### TASK
With the line that contains "v 0.4131 -5 -0.2817" as the final line, return every line from the start of the data below exactly.

(Records excerpted from a collection)
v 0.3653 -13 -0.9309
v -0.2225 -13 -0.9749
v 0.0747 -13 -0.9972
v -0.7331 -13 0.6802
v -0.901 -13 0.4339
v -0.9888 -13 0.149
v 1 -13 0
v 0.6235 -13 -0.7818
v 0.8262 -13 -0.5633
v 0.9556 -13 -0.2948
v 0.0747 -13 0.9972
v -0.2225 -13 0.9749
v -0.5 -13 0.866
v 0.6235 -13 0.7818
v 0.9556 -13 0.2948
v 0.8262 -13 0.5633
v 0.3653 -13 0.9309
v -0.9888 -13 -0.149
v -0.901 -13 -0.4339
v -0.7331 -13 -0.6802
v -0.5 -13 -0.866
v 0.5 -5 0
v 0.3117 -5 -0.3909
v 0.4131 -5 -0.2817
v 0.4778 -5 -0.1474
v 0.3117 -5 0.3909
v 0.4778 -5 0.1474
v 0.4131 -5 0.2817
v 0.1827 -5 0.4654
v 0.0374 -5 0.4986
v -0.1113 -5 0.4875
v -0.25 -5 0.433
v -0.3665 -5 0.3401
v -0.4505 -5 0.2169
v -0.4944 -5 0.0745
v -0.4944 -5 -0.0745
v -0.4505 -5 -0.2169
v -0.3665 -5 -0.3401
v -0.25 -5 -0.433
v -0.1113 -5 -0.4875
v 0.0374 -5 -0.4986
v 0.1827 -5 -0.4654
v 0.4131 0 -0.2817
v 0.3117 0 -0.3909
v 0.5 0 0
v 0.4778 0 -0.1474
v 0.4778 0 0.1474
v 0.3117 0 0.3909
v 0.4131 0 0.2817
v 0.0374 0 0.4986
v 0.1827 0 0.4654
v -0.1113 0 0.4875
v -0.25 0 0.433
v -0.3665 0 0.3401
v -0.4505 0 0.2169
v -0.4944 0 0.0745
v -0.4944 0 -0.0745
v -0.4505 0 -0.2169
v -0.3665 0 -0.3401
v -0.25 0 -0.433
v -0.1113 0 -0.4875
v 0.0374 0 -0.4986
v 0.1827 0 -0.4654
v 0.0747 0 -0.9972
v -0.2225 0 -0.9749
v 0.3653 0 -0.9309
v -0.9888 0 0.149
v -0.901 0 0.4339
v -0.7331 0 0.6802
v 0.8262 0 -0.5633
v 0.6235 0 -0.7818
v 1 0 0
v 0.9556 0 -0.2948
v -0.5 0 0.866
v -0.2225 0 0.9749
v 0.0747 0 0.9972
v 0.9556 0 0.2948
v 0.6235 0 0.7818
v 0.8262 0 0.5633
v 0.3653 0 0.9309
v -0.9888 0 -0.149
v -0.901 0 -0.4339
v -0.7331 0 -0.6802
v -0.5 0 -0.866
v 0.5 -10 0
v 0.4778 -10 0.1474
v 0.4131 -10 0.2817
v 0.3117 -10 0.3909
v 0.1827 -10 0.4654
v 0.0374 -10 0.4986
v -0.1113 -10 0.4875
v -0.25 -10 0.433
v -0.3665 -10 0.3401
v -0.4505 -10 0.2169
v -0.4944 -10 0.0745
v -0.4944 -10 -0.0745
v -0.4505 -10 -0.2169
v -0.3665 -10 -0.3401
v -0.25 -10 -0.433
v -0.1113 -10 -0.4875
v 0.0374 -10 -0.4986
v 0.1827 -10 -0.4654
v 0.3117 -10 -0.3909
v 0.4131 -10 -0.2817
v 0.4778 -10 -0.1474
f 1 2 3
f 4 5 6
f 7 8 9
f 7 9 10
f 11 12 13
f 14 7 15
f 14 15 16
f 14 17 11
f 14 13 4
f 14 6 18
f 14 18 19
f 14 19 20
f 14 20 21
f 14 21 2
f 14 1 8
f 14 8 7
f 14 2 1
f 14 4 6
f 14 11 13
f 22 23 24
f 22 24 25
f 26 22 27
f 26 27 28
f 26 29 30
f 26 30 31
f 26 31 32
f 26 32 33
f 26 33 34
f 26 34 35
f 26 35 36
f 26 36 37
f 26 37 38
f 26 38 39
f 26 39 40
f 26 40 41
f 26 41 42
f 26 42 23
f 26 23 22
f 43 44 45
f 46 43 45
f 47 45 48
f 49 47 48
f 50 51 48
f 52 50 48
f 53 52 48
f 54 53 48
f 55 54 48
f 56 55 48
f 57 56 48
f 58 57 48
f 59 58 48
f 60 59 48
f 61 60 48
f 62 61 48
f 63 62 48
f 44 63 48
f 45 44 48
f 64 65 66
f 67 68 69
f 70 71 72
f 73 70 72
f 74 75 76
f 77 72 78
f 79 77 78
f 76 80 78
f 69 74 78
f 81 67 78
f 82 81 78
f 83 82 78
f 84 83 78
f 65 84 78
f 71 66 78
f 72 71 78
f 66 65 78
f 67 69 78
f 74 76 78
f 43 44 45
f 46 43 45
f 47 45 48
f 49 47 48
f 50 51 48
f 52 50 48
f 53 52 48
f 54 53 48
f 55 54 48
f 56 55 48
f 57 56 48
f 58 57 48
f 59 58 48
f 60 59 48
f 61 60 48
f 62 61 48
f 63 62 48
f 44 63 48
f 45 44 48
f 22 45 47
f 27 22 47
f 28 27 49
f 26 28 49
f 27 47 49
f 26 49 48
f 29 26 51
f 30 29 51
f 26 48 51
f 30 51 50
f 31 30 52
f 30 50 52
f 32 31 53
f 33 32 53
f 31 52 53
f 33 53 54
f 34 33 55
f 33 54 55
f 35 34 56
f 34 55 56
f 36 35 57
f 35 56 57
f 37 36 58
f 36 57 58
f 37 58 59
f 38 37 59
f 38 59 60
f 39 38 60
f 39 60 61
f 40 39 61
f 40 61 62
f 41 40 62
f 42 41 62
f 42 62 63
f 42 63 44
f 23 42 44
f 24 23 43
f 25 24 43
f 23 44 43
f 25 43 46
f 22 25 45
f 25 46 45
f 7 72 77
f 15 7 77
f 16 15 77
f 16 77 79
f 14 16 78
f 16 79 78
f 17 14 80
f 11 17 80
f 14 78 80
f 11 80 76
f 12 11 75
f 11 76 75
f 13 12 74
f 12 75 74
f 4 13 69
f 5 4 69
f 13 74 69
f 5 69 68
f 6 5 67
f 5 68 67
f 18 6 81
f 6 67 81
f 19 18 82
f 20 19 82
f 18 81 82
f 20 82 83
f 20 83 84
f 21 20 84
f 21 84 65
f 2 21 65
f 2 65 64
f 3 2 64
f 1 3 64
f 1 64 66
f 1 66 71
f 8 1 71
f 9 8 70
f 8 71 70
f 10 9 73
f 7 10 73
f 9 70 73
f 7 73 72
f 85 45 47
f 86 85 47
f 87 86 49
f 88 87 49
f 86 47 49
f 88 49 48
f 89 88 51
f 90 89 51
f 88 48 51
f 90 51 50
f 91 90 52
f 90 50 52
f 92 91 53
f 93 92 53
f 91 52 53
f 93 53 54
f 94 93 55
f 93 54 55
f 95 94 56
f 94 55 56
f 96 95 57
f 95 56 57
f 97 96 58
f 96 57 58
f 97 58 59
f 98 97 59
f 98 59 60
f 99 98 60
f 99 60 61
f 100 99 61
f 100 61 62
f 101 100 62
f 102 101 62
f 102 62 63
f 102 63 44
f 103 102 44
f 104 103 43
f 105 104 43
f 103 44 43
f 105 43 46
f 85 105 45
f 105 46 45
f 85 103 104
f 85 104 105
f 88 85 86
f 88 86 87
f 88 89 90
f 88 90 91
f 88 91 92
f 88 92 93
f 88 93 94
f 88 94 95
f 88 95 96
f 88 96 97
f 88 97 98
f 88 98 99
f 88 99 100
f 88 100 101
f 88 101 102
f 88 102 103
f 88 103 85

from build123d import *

# Parameters (mm, degrees)
F0_R     = 1
F1_DEPTH = 13
F2_R     = 0.5
F3_DEPTH = 5
F4_DEPTH = 10


with BuildPart() as f1:
    # F0 (on Front) → F1 (new body)
    with BuildSketch(Plane.XZ):
        Circle(F0_R)
    extrude(amount=F1_DEPTH)


with BuildPart() as f3:
    # F2 (on Front) → F3 (new body)
    with BuildSketch(Plane.XZ):
        Circle(F2_R)
    extrude(amount=F3_DEPTH)


with BuildPart() as f4:
    # F2 (on Front) → F4 (new body)
    with BuildSketch(Plane.XZ):
        Circle(F2_R)
    extrude(amount=F4_DEPTH)


solid = Compound([f1.part, f3.part, f4.part])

### WRITTEN RESPONSE
v 0.3653 -13 -0.9309
v -0.2225 -13 -0.9749
v 0.0747 -13 -0.9972
v -0.7331 -13 0.6802
v -0.901 -13 0.4339
v -0.9888 -13 0.149
v 1 -13 0
v 0.6235 -13 -0.7818
v 0.8262 -13 -0.5633
v 0.9556 -13 -0.2948
v 0.0747 -13 0.9972
v -0.2225 -13 0.9749
v -0.5 -13 0.866
v 0.6235 -13 0.7818
v 0.9556 -13 0.2948
v 0.8262 -13 0.5633
v 0.3653 -13 0.9309
v -0.9888 -13 -0.149
v -0.901 -13 -0.4339
v -0.7331 -13 -0.6802
v -0.5 -13 -0.866
v 0.5 -5 0
v 0.3117 -5 -0.3909
v 0.4131 -5 -0.2817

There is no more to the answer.